Speaking of the New York archdiocese, Mr. Zwilling said: “Manhattan has 25% of the parishes, but certainly not 25% of Catholics.” He said the borough is home to only about 10% of the Catholics in the Archdiocese of New York.
In Putnam, where 80% of residents are Catholic, according to a 2000 census released by the Glenmary Research Center in Nashville, Tenn., there are only five parishes. Orange County has 29 parishes, and Rockland has 18, according to the archdiocese’s Web site.
At Staten Island, however, overdevelopment in the borough has caused the Catholic demographics to change, according to Mr. Zwilling. “It is just as likely that we will be opening another church as closing one,” he said.
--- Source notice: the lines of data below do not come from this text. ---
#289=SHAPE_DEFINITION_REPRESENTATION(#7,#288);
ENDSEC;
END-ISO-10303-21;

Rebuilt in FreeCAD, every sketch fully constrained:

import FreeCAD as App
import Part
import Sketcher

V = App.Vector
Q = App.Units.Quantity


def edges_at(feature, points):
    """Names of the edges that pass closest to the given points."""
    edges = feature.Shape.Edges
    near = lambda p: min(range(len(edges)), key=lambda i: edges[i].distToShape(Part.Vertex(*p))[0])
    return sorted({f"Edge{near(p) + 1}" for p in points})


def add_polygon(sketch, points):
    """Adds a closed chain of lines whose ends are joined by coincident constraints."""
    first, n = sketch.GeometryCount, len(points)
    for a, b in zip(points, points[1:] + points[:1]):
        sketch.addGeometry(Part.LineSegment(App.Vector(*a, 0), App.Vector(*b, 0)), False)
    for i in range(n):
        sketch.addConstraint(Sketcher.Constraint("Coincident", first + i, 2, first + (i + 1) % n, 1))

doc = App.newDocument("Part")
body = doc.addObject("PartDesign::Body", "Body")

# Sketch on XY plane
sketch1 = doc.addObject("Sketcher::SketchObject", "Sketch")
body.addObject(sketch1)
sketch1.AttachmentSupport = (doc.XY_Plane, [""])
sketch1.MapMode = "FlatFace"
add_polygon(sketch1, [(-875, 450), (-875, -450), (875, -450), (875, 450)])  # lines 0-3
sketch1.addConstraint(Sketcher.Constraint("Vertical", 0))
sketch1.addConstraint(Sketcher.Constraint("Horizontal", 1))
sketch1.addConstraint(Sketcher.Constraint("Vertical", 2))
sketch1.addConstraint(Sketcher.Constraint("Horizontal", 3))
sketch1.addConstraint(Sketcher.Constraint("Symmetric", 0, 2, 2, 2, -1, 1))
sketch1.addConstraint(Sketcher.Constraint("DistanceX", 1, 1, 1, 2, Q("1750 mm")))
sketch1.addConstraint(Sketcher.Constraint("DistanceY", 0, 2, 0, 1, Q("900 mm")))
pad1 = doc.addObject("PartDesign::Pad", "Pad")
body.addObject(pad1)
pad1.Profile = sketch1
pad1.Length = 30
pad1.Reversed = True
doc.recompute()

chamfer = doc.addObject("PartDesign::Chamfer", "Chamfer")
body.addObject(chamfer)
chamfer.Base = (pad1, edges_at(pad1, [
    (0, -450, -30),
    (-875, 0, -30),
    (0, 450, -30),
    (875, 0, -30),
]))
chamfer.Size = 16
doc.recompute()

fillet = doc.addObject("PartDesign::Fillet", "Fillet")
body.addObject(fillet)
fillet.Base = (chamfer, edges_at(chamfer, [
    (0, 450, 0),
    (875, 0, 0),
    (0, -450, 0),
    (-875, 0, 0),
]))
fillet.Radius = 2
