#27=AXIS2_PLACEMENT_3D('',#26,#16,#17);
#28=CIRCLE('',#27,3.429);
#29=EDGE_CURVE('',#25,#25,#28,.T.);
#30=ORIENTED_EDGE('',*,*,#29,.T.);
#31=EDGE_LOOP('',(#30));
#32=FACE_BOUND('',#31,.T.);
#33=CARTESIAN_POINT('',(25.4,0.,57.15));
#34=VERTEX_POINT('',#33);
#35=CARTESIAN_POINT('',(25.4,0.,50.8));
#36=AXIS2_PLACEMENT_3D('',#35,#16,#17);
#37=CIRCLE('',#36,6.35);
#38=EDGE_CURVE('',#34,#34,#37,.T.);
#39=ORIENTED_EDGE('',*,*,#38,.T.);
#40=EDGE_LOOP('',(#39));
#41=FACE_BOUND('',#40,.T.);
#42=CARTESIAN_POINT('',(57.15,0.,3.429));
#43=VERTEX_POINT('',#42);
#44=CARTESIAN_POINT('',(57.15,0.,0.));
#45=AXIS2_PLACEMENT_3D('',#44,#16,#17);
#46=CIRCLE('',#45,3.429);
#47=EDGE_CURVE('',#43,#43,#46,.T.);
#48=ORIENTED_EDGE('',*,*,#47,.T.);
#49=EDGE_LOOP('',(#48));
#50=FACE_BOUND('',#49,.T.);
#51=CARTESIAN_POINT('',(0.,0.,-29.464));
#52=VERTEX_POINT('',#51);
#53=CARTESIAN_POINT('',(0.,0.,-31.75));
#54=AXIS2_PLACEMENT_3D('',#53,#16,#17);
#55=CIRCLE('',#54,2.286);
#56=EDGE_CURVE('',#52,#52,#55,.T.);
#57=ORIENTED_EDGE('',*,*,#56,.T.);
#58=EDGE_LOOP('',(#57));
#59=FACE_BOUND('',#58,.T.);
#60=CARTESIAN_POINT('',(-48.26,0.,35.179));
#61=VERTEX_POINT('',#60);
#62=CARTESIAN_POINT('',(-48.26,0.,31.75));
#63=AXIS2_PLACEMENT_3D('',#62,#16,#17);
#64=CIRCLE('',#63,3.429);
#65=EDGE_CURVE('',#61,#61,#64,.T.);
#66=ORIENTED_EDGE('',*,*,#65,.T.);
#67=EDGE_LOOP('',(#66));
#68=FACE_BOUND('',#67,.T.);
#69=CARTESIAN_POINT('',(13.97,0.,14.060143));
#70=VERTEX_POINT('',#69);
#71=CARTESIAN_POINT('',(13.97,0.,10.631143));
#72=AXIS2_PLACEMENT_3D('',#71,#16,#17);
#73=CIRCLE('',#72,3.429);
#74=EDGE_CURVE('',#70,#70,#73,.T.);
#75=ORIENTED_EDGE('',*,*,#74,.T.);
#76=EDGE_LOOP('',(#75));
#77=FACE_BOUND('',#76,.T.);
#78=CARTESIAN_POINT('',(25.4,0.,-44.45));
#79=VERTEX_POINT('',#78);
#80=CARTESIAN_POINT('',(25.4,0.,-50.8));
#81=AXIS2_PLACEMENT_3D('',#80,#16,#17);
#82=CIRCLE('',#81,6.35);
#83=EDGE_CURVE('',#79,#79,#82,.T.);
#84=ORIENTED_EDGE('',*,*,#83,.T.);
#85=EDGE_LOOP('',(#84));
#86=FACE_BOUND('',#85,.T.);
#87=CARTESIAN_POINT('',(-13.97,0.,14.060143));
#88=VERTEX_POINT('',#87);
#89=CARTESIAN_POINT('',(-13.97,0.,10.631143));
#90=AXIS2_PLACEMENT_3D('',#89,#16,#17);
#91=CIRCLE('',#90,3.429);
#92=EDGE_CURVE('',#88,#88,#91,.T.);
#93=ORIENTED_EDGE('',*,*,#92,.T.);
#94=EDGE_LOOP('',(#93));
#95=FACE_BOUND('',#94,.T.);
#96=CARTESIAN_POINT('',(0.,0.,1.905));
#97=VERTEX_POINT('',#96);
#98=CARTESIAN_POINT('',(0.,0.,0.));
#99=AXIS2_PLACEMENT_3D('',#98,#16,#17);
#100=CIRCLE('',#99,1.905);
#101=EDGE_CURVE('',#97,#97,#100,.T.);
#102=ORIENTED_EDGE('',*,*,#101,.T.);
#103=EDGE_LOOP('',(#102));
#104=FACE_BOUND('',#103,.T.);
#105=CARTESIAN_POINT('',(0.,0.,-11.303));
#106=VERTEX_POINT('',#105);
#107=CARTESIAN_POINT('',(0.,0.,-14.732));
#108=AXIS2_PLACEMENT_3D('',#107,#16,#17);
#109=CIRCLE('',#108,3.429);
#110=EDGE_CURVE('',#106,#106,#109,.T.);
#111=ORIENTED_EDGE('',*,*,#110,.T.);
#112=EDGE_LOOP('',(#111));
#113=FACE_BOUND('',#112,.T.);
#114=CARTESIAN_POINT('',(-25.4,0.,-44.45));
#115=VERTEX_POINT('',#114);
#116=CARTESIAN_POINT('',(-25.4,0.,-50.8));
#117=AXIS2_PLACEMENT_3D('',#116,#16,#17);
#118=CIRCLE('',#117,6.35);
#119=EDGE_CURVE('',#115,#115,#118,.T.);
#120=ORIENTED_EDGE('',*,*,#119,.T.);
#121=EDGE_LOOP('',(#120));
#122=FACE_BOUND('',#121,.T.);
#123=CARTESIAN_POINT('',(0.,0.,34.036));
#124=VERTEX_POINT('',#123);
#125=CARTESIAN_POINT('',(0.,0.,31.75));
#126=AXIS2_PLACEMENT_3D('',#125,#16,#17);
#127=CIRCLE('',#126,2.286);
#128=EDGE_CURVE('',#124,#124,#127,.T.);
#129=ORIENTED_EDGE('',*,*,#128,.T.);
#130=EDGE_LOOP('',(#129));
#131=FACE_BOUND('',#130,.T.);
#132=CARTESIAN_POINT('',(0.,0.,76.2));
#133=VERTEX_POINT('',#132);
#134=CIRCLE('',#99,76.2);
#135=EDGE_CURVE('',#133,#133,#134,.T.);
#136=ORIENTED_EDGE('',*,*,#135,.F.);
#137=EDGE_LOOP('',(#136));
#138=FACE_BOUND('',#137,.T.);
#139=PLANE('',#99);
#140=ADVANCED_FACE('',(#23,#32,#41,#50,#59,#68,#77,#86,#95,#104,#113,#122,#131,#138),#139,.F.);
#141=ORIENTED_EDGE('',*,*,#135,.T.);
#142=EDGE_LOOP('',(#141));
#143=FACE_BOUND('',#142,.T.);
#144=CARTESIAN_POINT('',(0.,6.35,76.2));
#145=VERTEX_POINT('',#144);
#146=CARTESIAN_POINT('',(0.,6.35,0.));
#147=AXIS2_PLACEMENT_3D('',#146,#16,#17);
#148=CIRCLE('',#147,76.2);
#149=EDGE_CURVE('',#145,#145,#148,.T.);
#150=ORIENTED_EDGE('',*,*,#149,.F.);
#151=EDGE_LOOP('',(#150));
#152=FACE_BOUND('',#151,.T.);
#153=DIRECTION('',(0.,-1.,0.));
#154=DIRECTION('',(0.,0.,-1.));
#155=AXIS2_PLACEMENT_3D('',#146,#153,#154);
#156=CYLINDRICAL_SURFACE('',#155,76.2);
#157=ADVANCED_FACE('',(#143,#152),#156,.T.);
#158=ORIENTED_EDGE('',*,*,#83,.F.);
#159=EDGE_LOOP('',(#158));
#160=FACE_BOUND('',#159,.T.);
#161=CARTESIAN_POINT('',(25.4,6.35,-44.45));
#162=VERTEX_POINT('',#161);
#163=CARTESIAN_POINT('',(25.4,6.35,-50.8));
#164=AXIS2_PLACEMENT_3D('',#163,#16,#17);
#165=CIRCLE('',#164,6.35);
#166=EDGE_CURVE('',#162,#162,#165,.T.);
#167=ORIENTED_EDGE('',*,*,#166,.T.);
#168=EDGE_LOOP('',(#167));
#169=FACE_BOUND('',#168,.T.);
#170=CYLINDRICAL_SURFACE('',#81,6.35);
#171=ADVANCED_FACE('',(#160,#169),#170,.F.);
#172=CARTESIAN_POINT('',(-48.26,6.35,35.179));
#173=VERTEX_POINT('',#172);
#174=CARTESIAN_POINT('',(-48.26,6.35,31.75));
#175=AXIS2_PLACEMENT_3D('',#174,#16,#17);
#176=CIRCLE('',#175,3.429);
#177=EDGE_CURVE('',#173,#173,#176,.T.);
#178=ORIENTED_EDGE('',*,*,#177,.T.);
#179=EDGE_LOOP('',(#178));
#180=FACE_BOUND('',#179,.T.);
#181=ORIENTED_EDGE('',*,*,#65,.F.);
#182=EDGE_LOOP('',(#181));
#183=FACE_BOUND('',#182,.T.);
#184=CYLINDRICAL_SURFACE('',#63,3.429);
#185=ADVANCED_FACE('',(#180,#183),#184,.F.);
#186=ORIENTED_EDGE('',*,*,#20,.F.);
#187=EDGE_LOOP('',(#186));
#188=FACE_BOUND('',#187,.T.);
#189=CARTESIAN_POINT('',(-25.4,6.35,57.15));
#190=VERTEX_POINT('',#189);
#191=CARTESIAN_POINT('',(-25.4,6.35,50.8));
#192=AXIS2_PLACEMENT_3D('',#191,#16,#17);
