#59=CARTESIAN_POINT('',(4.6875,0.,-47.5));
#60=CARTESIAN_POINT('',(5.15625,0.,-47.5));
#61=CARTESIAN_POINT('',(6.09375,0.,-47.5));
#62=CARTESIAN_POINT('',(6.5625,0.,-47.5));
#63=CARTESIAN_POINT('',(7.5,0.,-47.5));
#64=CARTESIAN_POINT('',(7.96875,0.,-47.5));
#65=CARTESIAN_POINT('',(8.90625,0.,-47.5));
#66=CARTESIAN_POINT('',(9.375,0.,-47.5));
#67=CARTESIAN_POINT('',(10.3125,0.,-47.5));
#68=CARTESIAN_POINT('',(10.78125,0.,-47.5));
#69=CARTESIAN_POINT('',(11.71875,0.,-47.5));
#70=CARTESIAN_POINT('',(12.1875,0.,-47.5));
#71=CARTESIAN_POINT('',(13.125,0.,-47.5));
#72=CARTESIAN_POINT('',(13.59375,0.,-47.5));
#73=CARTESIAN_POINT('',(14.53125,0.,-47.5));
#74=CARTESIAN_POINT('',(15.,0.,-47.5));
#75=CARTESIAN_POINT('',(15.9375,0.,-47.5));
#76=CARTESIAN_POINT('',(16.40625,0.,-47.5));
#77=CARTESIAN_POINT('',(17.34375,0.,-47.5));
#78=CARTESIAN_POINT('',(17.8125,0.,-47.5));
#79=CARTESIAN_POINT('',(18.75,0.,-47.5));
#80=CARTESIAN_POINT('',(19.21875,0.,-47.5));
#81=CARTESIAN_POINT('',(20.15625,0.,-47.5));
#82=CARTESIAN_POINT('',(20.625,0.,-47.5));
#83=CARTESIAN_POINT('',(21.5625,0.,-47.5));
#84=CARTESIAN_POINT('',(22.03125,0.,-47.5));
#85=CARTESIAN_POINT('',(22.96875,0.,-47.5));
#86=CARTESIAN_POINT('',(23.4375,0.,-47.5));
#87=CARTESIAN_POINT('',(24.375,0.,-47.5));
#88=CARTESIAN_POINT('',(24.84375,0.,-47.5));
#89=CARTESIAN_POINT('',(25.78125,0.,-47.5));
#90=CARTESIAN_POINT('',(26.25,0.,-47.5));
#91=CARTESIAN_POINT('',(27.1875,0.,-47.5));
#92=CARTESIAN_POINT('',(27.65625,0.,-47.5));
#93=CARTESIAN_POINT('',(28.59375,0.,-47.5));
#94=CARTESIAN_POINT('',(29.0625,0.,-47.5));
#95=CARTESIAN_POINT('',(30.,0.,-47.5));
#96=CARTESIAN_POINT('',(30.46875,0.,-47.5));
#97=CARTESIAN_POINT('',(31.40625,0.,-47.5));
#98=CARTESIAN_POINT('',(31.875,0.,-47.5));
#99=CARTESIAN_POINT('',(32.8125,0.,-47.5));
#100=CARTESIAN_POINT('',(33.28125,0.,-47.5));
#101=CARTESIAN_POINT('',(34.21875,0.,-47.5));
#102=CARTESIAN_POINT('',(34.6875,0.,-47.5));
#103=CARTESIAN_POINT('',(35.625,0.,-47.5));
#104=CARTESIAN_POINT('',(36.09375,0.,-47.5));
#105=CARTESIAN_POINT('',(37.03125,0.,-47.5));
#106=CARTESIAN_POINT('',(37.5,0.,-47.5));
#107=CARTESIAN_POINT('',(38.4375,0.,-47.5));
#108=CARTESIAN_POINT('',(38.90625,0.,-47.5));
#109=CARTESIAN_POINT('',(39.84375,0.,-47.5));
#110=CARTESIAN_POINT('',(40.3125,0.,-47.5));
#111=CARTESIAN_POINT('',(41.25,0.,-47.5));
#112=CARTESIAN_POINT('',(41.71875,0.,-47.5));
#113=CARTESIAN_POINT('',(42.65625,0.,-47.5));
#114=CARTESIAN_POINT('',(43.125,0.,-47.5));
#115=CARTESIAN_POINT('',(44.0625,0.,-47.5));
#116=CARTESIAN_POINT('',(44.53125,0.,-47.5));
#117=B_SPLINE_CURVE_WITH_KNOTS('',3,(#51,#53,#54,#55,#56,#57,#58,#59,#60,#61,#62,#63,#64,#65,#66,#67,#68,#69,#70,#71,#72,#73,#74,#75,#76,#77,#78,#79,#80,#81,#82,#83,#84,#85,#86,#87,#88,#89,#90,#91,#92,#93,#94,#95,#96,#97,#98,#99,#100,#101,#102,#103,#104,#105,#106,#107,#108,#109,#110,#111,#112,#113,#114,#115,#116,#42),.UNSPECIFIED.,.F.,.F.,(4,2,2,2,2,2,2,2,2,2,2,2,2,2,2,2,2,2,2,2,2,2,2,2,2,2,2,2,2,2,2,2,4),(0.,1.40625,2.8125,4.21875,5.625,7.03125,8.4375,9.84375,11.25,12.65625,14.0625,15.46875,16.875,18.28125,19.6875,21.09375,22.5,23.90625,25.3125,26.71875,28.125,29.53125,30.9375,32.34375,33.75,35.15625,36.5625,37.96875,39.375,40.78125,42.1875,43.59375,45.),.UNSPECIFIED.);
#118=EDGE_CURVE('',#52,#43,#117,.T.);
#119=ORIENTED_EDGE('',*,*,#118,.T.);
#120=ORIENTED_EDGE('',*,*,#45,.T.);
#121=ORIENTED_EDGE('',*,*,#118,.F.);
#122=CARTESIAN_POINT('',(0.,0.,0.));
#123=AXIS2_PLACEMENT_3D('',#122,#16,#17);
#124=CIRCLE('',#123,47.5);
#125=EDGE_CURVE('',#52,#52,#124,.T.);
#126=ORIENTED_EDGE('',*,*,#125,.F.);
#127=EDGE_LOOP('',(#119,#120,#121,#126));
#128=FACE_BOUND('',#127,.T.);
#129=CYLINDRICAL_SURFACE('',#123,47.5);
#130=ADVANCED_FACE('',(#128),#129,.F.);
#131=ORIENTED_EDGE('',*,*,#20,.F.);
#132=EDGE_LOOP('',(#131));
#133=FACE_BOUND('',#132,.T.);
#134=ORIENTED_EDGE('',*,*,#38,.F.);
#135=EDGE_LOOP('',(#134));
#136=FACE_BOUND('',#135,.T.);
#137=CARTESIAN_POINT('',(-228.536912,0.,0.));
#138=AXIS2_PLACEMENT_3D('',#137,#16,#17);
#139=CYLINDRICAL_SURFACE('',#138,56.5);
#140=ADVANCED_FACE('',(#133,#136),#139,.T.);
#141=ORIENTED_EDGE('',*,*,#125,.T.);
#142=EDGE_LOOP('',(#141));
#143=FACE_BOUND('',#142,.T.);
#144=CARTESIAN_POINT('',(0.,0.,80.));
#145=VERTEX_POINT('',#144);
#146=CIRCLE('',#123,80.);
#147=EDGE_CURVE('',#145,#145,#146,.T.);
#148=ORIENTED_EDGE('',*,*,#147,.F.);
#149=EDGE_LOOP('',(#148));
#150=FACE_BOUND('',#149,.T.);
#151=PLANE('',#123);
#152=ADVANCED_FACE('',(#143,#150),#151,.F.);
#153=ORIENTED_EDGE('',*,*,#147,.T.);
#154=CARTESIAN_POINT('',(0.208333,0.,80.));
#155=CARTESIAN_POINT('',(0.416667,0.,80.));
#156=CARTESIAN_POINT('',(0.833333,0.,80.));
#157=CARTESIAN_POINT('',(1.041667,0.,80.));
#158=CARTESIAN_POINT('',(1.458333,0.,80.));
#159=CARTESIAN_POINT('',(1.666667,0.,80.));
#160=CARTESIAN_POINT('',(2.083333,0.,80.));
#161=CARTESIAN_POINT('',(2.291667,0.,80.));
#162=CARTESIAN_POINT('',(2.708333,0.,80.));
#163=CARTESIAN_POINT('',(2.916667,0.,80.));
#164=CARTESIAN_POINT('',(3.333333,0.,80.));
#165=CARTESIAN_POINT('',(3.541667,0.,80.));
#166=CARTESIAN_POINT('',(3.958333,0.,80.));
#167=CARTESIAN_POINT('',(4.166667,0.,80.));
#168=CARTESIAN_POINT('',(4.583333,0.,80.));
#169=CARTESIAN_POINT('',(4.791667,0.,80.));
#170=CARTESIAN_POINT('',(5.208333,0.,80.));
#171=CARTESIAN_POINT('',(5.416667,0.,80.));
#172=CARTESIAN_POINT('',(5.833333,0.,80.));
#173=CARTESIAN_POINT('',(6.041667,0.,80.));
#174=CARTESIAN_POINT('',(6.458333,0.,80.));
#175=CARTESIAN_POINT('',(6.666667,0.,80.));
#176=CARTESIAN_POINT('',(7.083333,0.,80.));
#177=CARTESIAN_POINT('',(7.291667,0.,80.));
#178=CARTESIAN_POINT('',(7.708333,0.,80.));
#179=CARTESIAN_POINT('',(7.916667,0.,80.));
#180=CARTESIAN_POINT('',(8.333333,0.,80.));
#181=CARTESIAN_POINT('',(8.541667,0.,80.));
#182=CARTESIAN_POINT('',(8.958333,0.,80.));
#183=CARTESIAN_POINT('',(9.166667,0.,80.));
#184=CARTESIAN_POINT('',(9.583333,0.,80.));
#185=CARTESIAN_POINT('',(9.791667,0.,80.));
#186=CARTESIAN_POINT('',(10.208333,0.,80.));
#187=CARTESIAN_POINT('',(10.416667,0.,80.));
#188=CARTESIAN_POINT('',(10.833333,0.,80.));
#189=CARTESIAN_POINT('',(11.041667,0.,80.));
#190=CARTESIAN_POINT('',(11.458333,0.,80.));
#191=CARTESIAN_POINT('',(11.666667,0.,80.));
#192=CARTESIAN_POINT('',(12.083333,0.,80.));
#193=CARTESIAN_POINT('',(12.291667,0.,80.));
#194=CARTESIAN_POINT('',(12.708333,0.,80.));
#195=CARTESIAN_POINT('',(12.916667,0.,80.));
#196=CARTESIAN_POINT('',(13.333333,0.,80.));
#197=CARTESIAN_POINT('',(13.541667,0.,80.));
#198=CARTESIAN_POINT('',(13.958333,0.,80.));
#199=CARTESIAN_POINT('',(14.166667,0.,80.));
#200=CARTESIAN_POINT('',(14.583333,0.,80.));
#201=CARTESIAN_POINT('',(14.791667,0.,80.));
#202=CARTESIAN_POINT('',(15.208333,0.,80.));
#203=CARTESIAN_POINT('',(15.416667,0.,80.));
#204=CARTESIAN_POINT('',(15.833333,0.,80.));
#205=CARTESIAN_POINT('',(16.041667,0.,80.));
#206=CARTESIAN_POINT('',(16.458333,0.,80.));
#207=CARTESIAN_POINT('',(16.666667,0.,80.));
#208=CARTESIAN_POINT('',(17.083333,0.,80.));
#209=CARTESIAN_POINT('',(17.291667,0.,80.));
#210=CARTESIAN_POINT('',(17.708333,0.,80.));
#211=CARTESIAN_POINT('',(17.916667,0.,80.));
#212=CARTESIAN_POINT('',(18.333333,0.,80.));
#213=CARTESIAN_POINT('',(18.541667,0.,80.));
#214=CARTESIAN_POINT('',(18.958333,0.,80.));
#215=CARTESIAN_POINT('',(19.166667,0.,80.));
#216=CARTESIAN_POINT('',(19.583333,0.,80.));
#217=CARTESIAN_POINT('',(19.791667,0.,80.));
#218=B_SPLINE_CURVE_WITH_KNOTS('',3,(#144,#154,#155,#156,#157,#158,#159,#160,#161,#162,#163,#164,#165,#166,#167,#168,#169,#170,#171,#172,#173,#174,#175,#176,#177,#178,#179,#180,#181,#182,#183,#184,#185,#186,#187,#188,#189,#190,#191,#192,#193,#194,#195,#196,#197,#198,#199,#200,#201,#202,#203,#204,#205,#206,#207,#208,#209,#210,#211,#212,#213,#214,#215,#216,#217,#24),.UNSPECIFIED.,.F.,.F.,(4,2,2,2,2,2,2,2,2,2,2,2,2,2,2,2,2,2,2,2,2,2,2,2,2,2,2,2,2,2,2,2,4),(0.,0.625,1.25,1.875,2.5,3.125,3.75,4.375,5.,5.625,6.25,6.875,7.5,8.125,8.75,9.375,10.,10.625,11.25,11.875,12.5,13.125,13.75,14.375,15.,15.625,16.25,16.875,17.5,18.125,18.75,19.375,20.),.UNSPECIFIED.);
The archdiocese began examining the parishes to realign them more than a year ago, but the project was shelved after Bishop Timothy McDonnell, who had been in charge, left to become bishop of Springfield, Mass., according to the spokesman. It was restarted in earnest at the beginning of this week under Auxiliary Bishop Dennis Sullivan, who was ordained by Cardinal Egan in September and began working full-time at the archdiocese on Monday.
As Catholic congregants have been moving farther north, the archdiocese has steadily been closing parishes in neighborhoods that cannot sustain them. That includes places such as Harlem and the East Bronx, where many empty churches can be found, according to a real-estate broker with Penson Companies, Frank Farricker.
“There used to be a large Italian community in East Harlem with many incredible churches that are now largely empty, and the church has started to sell some of them to developers,” Mr. Farricker said. “There are also giant swaths in the Bronx where you can see several Catholic churches that have been closed. We have been wondering for some time what they would be doing with those properties.”
In Boston, Catholic church officials, faced with immense expenses in connection with settlements of lawsuits alleging sexual abuse by priests, are selling off large real-estate holdings. Sources familiar with the situation in New York said that the likely property sales here are unrelated to suits alleging clerical misbehavior.
The total market value of the archdiocese’s properties is in the billions of dollars.
The archdiocese is not the only religious group in the city that is shedding some real estate.
Collegiate Church, a Dutch Reformed congregation, is in the midst of a five-year plan to reposition its real-estate holdings. According to a report in the New York Post, it is in the process of selling a parcel at the corner of 67th Street and First Avenue for $300 to $400 a square foot, or $39 million to $52 million for the 130,000-square-foot plot.
Also being sold is the Washington Square United Methodist Church in Greenwich Village, for $13 million, or $810 a square foot.
“While it is zoned for residential, it’s a long shot that it would be converted into condominiums,” the listing broker at Massey Knakal Realty, James Nelson, said. A theater group or a school is the most likely buyer, he said.
As for the Catholics, they say that while the process they are embarking on will result in real-estate deals, it will not leave any of their congregants without a house of prayer.
“There are a number of criteria we are considering, and we will not leave people without a church,” Mr. Zwilling said. “What we hope is that if there are two churches in a single area, to combine them to strengthen the parishes and the sense of community there.”
No dollar figure was available for how much the real-estate sales could generate for the church, Mr. Zwilling said. “Money is certainly an issue because this is the real world,” he said, “but it is not the only issue.”